As we talked about her brother it became clear that Bruce’s talent isn’t the only thing Jan is proud of. I asked her what it was like to grow up with him and she said he was every bit the adored big brother, “he would take us for rides in his Austin, going to school in that was rather trendy! As he grew up he became a perfect gentleman, I’ve never heard a cross word said about him.”
Despite the obvious sadness at Bruce leaving the family home and moving to Europe at just 19 years old, Jan speaks passionately of the enormous pride and excitement felt by the family. “When he first left he gave up university and told the family ‘just for a year, and then I’ll be back’. On his university record card it says in the notes section ‘Went motor racing’!

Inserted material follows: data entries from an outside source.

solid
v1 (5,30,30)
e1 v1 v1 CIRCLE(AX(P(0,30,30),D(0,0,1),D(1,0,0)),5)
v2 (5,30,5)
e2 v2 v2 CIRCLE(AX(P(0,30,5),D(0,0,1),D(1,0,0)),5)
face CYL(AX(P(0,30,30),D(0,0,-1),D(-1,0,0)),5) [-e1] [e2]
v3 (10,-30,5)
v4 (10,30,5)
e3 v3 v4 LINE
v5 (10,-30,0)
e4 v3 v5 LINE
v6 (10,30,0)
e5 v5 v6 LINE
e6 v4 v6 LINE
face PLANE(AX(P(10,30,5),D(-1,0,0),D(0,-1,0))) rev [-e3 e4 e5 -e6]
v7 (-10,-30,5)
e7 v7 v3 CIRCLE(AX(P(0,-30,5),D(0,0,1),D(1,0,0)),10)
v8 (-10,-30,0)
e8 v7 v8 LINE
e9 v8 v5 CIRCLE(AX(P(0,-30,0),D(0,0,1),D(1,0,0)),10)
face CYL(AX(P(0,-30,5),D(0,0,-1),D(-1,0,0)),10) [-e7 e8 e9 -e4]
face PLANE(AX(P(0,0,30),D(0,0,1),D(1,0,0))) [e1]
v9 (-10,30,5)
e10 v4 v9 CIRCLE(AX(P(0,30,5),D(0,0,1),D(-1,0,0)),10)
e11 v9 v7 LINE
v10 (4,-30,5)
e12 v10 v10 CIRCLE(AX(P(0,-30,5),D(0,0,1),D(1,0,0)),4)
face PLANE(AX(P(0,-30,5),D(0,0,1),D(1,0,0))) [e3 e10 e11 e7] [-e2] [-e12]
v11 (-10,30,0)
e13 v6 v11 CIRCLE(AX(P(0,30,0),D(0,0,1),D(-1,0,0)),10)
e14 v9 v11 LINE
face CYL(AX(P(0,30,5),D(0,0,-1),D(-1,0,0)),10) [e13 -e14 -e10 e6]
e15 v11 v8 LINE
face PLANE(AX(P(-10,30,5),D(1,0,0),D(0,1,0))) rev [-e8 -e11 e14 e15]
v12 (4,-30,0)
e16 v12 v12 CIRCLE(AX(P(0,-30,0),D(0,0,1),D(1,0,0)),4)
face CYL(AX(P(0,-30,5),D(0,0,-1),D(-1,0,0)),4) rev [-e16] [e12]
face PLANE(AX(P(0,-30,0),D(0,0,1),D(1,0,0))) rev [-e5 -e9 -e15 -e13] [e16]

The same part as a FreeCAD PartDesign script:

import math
import FreeCAD as App
import Part
import Sketcher
from FreeCAD import Vector

doc = App.newDocument("Part")
body = doc.addObject("PartDesign::Body", "Body")

# Sketch on XY plane
sketch1 = body.newObject("Sketcher::SketchObject", "Sketch")
sketch1.AttachmentSupport = (doc.getObject("XY_Plane"), [""])
sketch1.MapMode = "FlatFace"
sketch1.addGeometry([
    Part.LineSegment(Vector(10, -30, 0), Vector(10, 30, 0)),  # 0
    Part.ArcOfCircle(Part.Circle(Vector(0, 30, 0), Vector(0, 0, 1), 10), math.radians(0), math.radians(180)),  # 1
    Part.LineSegment(Vector(-10, 30, 0), Vector(-10, -30, 0)),  # 2
    Part.ArcOfCircle(Part.Circle(Vector(0, -30, 0), Vector(0, 0, 1), 10), math.radians(180), math.radians(360)),  # 3
    Part.Circle(Vector(0, -30, 0), Vector(0, 0, 1), 4),  # 4
    Part.Circle(Vector(0, 30, 0), Vector(0, 0, 1), 5),  # 5
], False)
sketch1.addConstraint([
    Sketcher.Constraint("Tangent", 0, 2, 1, 1),
    Sketcher.Constraint("Tangent", 1, 2, 2, 1),
    Sketcher.Constraint("Tangent", 2, 2, 3, 1),
    Sketcher.Constraint("Tangent", 3, 2, 0, 1),
    Sketcher.Constraint("Vertical", 0),
    Sketcher.Constraint("Vertical", 2),
    Sketcher.Constraint("Coincident", 4, 3, 3, 3),
    Sketcher.Constraint("Coincident", 5, 3, 1, 3),
    Sketcher.Constraint("Symmetric", 1, 3, 3, 3, -1, 1),
    Sketcher.Constraint("Diameter", 4, 8.0),
    Sketcher.Constraint("Diameter", 5, 10.0),
    Sketcher.Constraint("Radius", 1, 10.0),
    Sketcher.Constraint("DistanceY", 0, 1, 0, 2, 60.0),
])
pad1 = body.newObject("PartDesign::Pad", "Pad")
pad1.Profile = sketch1
pad1.Length = 5

# Sketch on XY plane
sketch2 = body.newObject("Sketcher::SketchObject", "Sketch001")
sketch2.AttachmentSupport = (doc.getObject("XY_Plane"), [""])
sketch2.MapMode = "FlatFace"
sketch2.addGeometry(Part.Circle(Vector(0, 30, 0), Vector(0, 0, 1), 5), False)
sketch2.addConstraint([
    Sketcher.Constraint("PointOnObject", 0, 3, -2),
    Sketcher.Constraint("Diameter", 0, 10.0),
    Sketcher.Constraint("DistanceY", -1, 1, 0, 3, 30.0),
])
pad2 = body.newObject("PartDesign::Pad", "Pad001")
pad2.Profile = sketch2
pad2.Length = 30

doc.recompute()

“I’d had motor racing in my family since the day I was born, I was young and I just thought, oh, so now it’s Bruce’s turn. He would send home tape recordings with messages and race reports, you didn’t get a lot of communication in those days but Dad would take some of those recordings down to the car clubs and everyone would sit around and listen to Bruce.

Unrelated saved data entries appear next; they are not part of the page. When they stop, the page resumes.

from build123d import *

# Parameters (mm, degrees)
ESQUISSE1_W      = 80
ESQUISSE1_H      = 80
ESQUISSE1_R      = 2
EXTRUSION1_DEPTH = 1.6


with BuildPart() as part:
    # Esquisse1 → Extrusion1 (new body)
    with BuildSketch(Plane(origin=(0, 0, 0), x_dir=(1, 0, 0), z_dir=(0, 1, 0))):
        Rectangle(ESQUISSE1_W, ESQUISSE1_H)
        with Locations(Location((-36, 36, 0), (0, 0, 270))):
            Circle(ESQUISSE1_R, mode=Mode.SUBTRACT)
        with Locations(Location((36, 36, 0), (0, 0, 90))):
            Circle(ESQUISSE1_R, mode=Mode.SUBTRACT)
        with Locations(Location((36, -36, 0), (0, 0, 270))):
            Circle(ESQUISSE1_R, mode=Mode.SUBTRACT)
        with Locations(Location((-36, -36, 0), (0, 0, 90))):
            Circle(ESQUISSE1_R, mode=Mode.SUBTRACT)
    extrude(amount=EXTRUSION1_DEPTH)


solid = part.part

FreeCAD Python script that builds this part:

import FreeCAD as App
import Part
import Sketcher

V = App.Vector


def add_polygon(sketch, points):
    """Adds a closed chain of lines whose ends are joined by coincident constraints."""
    first, n = sketch.GeometryCount, len(points)
    for a, b in zip(points, points[1:] + points[:1]):
        sketch.addGeometry(Part.LineSegment(App.Vector(*a, 0), App.Vector(*b, 0)), False)
    for i in range(n):
        sketch.addConstraint(Sketcher.Constraint("Coincident", first + i, 2, first + (i + 1) % n, 1))

doc = App.newDocument("Part")
body = doc.addObject("PartDesign::Body", "Body")

sketch1 = doc.addObject("Sketcher::SketchObject", "Sketch")
body.addObject(sketch1)
sketch1.AttachmentSupport = (doc.XZ_Plane, [""])
sketch1.MapMode = "FlatFace"
add_polygon(sketch1, [(-40, -40), (-40, 40), (40, 40), (40, -40)])
sketch1.addGeometry(Part.Circle(V(-36, 36, 0), V(0, 0, 1), 2), False)
sketch1.addGeometry(Part.Circle(V(36, 36, 0), V(0, 0, 1), 2), False)
sketch1.addGeometry(Part.Circle(V(-36, -36, 0), V(0, 0, 1), 2), False)
sketch1.addGeometry(Part.Circle(V(36, -36, 0), V(0, 0, 1), 2), False)
sketch1.addConstraint(Sketcher.Constraint("Vertical", 0))
sketch1.addConstraint(Sketcher.Constraint("Horizontal", 1))
sketch1.addConstraint(Sketcher.Constraint("Vertical", 2))
sketch1.addConstraint(Sketcher.Constraint("Horizontal", 3))
sketch1.addConstraint(Sketcher.Constraint("Equal", 4, 5))
sketch1.addConstraint(Sketcher.Constraint("Equal", 5, 6))
sketch1.addConstraint(Sketcher.Constraint("Equal", 6, 7))
sketch1.addConstraint(Sketcher.Constraint("Symmetric", 5, 3, 6, 3, -1, 1))
sketch1.addConstraint(Sketcher.Constraint("Symmetric", 4, 3, 7, 3, -1, 1))
sketch1.addConstraint(Sketcher.Constraint("Symmetric", 0, 2, 2, 2, -1, 1))
sketch1.addConstraint(Sketcher.Constraint("Symmetric", 4, 3, 5, 3, -2))
sketch1.addConstraint(Sketcher.Constraint("Equal", 3, 0))
sketch1.addConstraint(Sketcher.Constraint("Diameter", 4, 4.0))
sketch1.addConstraint(Sketcher.Constraint("DistanceX", 1, 1, 1, 2, 80.0))
sketch1.addConstraint(Sketcher.Constraint("DistanceX", 4, 3, -1, 1, 36.0))
sketch1.addConstraint(Sketcher.Constraint("DistanceY", -1, 1, 4, 3, 36.0))
pad1 = doc.addObject("PartDesign::Pad", "Pad")
body.addObject(pad1)
pad1.Profile = sketch1
pad1.Length = 1.6
pad1.Reversed = True

doc.recompute()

“Yes, a lot of pride and a lot of excitement.”
Not long after he left, Bruce became the youngest ever driver to win an F1 Grand Prix at 22 years and 104 days, “Being New Zealanders we took it all in our stride.” Jan joked.
As a McLaren fan and someone who is inspired by Bruce, getting to hold his old overalls is something I’ll never forget. It is when you see things like the old overalls and the 1973 steering wheel, that it becomes even more apparent just how phenomenal the change in the sport has been over the last 50 years. When compared with the MTC it’s incredible to think that the original factory had just 50 workers. And with these 50 workers Bruce was producing F1 cars, CanAm cars, Indy cars, developing Formula 5000 cars, his road car and F2 cars.
“Bruce would never ask anything of the team that he wouldn’t do himself.”
Bruce had a raw talent that was not in any way held back by the fact he didn’t have the technology that’s available today. Jan gave a brilliant example of this by telling me about how Bruce made the wire baskets on top of the metal trumpets that were featured on his and Denny’s M8A CanAm cars. “He made them using an ice cream tub, some plaster of Paris and a Winnie the Pooh ball. Well it was the perfect circumference, so he used it as mould!
“Even if you’ve got a machine that can do it all for you, you’ve still got to think and understand the basic principal of it because if you don’t understand how you can do something basically, you can’t develop it.”
“Basic thinking can still outweigh a machine. It is common engineering sense.”
The Bruce McLaren Trust doesn’t just work to preserve the memory of Bruce but also to help educate the next generation. They are involved in supporting schemes that promote driving skills and road safety in New Zealand as well as supporting the Bruce McLaren Intermediate School and other schools where possible. “Dream, believe, achieve. You can say that to anybody, in any career, of any age and they can relate to it. You’ve got to dream it and you’ve got to believe it in your dream and then you will achieve it. You’ll never achieve unless you believe in yourself to do it and you have the dream that you want to do it.”
I was keen to know what Jan considered to be Bruce’s biggest legacy, what did he leave behind that still lives on within the team today? “The dream, the passion, the drive, the attention to detail and that desire to be at the forefront of developing technology. Because they sure as hell were doing it in the 60s.”